**ACTIVITY:**
All lines from the one containing "e78 v59 v17 LINE" down to the one containing "e80 e38 -e7]", both ends included, are to be given again exactly; omit the rest of the listing below.

**DATASET:**
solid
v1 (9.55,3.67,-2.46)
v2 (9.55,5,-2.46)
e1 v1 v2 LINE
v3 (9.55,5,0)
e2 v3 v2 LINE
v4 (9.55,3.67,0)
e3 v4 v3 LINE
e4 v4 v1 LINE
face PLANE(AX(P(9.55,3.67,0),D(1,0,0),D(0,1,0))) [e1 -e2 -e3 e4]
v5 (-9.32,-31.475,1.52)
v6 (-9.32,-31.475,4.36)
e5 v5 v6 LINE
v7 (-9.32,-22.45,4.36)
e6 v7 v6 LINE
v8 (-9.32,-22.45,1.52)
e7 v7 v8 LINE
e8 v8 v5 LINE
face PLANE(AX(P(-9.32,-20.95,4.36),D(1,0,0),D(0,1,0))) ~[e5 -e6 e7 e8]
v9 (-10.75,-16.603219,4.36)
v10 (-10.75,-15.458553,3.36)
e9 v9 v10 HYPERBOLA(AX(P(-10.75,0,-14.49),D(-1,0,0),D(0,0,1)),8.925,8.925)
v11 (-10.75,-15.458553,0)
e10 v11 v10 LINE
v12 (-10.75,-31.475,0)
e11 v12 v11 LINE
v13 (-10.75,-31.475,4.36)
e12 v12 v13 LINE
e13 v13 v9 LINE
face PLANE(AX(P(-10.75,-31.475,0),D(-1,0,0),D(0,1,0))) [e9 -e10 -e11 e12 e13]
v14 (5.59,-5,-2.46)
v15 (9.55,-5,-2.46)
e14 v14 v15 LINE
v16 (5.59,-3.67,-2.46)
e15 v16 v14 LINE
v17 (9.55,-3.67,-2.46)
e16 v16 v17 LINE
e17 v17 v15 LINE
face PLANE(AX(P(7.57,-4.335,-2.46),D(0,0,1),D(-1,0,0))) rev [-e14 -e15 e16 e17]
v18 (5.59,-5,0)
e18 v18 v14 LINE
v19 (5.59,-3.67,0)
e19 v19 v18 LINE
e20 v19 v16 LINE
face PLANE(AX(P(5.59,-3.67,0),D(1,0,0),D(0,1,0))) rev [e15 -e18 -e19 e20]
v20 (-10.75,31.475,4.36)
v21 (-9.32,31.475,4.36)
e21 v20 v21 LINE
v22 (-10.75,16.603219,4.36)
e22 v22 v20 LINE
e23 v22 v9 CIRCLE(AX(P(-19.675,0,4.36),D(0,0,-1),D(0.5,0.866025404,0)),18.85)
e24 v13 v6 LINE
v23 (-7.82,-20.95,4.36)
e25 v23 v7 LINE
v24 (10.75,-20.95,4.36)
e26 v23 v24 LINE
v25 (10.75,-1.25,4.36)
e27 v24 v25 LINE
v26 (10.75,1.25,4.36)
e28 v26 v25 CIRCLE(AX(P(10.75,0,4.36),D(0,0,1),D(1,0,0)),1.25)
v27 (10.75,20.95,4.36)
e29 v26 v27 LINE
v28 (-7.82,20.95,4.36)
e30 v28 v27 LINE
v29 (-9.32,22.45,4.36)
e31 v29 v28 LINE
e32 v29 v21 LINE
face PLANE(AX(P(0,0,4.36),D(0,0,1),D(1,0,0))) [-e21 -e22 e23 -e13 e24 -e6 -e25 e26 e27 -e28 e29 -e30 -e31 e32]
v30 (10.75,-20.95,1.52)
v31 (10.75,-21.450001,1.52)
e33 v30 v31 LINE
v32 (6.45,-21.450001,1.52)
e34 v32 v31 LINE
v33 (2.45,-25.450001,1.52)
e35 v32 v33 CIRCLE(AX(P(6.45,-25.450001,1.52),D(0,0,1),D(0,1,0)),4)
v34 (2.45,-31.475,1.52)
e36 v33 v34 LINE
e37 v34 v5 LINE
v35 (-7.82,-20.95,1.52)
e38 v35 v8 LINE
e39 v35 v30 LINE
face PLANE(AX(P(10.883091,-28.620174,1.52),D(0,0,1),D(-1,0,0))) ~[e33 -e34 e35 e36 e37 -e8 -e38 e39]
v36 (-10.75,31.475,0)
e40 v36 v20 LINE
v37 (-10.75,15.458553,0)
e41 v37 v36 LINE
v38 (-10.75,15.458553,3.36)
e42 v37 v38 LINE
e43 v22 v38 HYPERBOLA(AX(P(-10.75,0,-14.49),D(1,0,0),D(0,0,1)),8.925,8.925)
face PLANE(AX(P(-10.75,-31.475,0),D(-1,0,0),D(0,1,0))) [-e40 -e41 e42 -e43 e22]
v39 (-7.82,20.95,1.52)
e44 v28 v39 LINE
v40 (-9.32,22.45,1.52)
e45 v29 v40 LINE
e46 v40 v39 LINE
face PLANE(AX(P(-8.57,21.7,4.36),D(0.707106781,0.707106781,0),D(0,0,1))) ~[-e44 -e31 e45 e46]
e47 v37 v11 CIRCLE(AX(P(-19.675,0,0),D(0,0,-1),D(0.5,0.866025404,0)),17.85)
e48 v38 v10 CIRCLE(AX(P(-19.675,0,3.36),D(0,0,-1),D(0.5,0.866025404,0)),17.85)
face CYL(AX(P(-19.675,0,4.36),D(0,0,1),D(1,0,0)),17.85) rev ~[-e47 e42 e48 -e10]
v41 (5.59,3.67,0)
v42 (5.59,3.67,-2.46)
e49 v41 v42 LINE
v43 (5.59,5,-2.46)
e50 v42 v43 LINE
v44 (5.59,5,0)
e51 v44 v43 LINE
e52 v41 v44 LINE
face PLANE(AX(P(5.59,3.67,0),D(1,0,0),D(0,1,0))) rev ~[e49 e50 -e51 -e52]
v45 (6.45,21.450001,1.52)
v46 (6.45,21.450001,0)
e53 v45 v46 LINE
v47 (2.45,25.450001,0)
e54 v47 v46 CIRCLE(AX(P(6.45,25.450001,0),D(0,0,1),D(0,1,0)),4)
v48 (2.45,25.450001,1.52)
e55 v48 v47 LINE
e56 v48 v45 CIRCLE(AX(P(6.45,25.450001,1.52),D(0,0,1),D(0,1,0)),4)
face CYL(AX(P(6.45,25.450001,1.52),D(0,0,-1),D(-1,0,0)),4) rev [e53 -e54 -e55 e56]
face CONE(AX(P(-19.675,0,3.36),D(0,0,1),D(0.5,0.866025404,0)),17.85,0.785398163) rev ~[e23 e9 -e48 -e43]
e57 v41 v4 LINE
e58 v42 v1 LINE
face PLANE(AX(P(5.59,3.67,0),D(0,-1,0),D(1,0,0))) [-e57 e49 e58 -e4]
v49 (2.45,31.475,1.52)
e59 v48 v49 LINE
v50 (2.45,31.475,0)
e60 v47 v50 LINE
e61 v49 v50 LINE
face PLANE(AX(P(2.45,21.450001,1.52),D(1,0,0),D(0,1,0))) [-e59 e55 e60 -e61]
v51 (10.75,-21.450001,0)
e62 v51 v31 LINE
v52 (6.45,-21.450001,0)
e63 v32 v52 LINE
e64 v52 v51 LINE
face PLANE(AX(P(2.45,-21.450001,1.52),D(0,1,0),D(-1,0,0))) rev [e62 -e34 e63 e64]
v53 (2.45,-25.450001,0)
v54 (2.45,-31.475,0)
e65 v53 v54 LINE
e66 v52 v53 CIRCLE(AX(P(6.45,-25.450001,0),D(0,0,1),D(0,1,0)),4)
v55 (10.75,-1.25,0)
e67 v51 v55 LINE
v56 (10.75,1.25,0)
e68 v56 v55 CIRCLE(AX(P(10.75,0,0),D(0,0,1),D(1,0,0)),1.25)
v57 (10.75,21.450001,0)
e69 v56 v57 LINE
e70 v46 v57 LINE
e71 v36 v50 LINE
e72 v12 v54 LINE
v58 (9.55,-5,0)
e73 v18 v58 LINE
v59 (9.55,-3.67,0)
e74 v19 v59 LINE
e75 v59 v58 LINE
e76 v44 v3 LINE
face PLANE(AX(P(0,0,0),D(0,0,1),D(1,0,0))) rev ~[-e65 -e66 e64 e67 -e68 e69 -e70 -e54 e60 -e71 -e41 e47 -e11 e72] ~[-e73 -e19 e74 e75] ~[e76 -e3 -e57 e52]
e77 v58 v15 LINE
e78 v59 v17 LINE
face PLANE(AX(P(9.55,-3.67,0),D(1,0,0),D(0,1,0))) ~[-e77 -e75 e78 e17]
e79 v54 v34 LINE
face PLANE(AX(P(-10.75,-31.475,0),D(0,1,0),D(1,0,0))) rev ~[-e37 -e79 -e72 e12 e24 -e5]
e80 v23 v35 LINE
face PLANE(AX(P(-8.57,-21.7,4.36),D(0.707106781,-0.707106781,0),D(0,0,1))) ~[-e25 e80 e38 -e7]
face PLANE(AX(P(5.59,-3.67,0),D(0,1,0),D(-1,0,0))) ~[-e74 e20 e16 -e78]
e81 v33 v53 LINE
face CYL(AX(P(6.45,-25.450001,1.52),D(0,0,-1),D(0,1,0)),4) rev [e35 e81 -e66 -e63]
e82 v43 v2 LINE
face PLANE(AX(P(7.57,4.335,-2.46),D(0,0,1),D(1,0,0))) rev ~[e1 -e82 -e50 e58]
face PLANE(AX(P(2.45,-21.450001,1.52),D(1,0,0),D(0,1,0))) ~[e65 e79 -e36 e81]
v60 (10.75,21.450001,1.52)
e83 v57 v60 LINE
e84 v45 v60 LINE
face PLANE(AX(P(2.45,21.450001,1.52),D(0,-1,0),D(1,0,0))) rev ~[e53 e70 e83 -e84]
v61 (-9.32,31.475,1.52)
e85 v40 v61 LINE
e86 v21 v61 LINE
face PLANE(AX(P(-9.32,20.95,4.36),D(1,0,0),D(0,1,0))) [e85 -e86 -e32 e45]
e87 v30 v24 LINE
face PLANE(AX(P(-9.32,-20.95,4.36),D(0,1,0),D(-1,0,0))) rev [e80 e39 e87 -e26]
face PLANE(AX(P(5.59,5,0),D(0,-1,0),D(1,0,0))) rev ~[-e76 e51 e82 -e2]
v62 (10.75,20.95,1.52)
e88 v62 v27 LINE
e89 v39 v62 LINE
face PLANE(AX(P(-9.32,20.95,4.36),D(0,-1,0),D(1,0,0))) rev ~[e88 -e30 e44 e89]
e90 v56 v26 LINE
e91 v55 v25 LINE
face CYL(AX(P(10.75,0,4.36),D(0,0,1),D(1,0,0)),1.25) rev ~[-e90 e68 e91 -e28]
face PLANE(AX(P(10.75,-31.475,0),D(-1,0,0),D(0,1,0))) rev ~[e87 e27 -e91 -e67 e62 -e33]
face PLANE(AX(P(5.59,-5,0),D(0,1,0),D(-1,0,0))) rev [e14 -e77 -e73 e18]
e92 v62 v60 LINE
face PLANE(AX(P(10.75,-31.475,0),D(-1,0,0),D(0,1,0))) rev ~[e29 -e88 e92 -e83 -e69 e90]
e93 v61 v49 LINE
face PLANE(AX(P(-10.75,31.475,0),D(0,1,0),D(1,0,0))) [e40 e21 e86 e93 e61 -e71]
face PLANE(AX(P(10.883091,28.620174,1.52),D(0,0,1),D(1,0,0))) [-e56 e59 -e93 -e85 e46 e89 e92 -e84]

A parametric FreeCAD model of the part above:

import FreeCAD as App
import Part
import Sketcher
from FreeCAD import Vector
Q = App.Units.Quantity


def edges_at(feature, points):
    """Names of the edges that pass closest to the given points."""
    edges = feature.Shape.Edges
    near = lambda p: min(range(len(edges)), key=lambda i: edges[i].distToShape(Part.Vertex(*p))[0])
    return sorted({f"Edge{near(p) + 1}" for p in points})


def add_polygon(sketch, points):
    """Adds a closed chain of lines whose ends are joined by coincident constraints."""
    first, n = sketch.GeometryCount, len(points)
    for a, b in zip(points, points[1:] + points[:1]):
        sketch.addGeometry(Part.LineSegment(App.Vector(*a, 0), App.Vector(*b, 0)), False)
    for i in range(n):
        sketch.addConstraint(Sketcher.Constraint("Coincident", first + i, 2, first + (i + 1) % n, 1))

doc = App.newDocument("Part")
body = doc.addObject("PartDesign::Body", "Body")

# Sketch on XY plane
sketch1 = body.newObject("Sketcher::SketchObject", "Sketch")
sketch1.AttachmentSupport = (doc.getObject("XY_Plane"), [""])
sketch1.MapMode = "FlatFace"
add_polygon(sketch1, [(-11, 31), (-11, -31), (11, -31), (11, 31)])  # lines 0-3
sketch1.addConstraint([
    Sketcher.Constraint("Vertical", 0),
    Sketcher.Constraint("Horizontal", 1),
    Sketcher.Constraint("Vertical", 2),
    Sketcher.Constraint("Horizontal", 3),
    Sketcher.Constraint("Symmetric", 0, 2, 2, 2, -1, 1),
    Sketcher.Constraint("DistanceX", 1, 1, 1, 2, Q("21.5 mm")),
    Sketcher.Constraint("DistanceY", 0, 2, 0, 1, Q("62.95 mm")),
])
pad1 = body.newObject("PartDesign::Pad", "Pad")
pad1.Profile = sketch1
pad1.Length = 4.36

**COMPLETED EXERCISE:**
e78 v59 v17 LINE
face PLANE(AX(P(9.55,-3.67,0),D(1,0,0),D(0,1,0))) ~[-e77 -e75 e78 e17]
e79 v54 v34 LINE
face PLANE(AX(P(-10.75,-31.475,0),D(0,1,0),D(1,0,0))) rev ~[-e37 -e79 -e72 e12 e24 -e5]
e80 v23 v35 LINE
face PLANE(AX(P(-8.57,-21.7,4.36),D(0.707106781,-0.707106781,0),D(0,0,1))) ~[-e25 e80 e38 -e7]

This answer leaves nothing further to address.